Gli sforzi per testare il numero più alto possibile di persone da parte della Corea del Sud e della Cina sono stati esplicitamente lodati dall’Organizzazione Mondiale della Sanità. Al momento la Corea del Sud ha realizzato circa 431 mila test, circa uno ogni cento abitanti. Ma mentre in paesi come l’Italia i test vengono utilizzati per identificare e isolare i casi più gravi (nel nostro paese la politica ufficiale sarebbe invece di testare soltanto i sintomatici, e fino a poche settimane fa solo i plurisintomatici), in Corea del Sud si testano anche decine di migliaia di casi asintomatici e semplicemente sospetti.

In un suo recente articolo, il Wall Street Journal ha descritto un episodio che nelle ultime settimane è divenuto piuttosto comune in Corea del Sud. A metà marzo Kang Min-kyung, un’impiegata di 30 anni che vive nella capitale Seul, tornando dal lavoro ha trovato un biglietto appeso alla sua porta: le autorità sanitarie locali le chiedevano di sottoporsi a un test, visto che uno dei suoi condomini si era rivelato positivo.

Questa pratica, individuare ed eventualmente sottoporre ai test tutte le persone che sono state esposte al contatto con una persona infetta, si chiama “contact tracing”, che significa grossomodo “tracciamento dei contatti” ed è la forma di contenimento più aggressiva che si possa mettere in atto contro una malattia infettiva (ed è anche quella raccomandata dall’OMS). Andando a cercare i casi positivi uno per uno, è possibile isolare rapidamente gli infetti, prima che abbiano il tempo di contagiare altre persone.

Il “contact tracing” inizia con la collaborazione delle persone infette, a cui, una volta identificate, viene chiesto quali luoghi hanno frequentato nei giorni precedenti, ma in Corea del Sud si avvale anche di leggi sulla tutela della privacy piuttosto deboli (e nelle quali nuove eccezioni sono state introdotte in queste settimane). Le autorità sanitarie possono usare le immagini delle telecamere di sicurezza, i dati delle carte di credito e quelli degli smartphone per ricostruire gli spostamenti effettuati dalle persone contagiate.

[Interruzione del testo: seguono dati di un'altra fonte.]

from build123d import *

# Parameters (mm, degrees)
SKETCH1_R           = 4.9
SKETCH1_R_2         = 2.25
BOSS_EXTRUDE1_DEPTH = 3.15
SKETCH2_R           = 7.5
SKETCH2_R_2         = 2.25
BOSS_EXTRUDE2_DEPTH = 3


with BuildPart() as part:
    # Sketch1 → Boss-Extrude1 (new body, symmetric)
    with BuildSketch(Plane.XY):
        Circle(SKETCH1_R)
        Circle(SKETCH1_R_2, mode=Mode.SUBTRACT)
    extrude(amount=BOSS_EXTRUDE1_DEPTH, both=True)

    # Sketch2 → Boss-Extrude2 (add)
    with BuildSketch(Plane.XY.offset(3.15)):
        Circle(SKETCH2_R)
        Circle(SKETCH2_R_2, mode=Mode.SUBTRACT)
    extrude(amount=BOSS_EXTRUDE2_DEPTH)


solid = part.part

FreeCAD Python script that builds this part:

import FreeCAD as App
import Part
import Sketcher

V = App.Vector

doc = App.newDocument("Part")
body = doc.addObject("PartDesign::Body", "Body")

# Sketch on XY plane
sketch1 = doc.addObject("Sketcher::SketchObject", "Sketch")
body.addObject(sketch1)
sketch1.AttachmentSupport = (doc.XY_Plane, [""])
sketch1.MapMode = "FlatFace"
sketch1.addGeometry([
    Part.Circle(V(0, 0, 0), V(0, 0, 1), 4.9),
    Part.Circle(V(0, 0, 0), V(0, 0, 1), 2.2),
], False)
sketch1.addConstraint([
    Sketcher.Constraint("Coincident", 0, 3, -1, 1),
    Sketcher.Constraint("Coincident", 1, 3, -1, 1),
    Sketcher.Constraint("Diameter", 0, 9.8),
    Sketcher.Constraint("Diameter", 1, 4.5),
])
pad1 = doc.addObject("PartDesign::Pad", "Pad")
body.addObject(pad1)
pad1.Profile = sketch1
pad1.Length = 6.3
pad1.Midplane = True

# Sketch on XY plane
sketch2 = doc.addObject("Sketcher::SketchObject", "Sketch001")
body.addObject(sketch2)
sketch2.AttachmentSupport = (doc.XY_Plane, [""])
sketch2.MapMode = "FlatFace"
sketch2.AttachmentOffset = App.Placement(V(0, 0, 3.15), App.Rotation())
sketch2.addGeometry([
    Part.Circle(V(0, 0, 0), V(0, 0, 1), 7.5),
    Part.Circle(V(0, 0, 0), V(0, 0, 1), 2.2),
], False)
sketch2.addConstraint([
    Sketcher.Constraint("Coincident", 0, 3, -1, 1),
    Sketcher.Constraint("Coincident", 1, 3, -1, 1),
    Sketcher.Constraint("Diameter", 0, 15.0),
    Sketcher.Constraint("Diameter", 1, 4.5),
])
pad2 = doc.addObject("PartDesign::Pad", "Pad001")
body.addObject(pad2)
pad2.Profile = sketch2
pad2.Length = 3

doc.recompute()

Le informazioni vengono poi rese pubbliche tramite un’apposita app per smartphone, in modo che chiunque si sia trovato a passare negli stessi posti nello stesso momento di un contagiato abbia la possibilità di farsi visitare. È una strategia costosa in termini di risorse che bisogna investire nel personale medico addetto ai tamponi e nella capacità di analisi dei laboratori. In poco tempo la Corea del Sud è arrivata a poter analizzare oltre 20 mila tamponi al giorno e impiega migliaia di operatori sanitari per realizzare i tamponi. Al momento, effettuare un test impiega dieci minuti e i risultati arrivano nel giro di sei ore.

I test vengono effettuati in centri appositi, dove si può ricevere un tampone senza scendere dalla propria automobile, oppure in una specie di cabina telefonica, in cui l’operatore sanitario rimane protetto dietro a un vetro.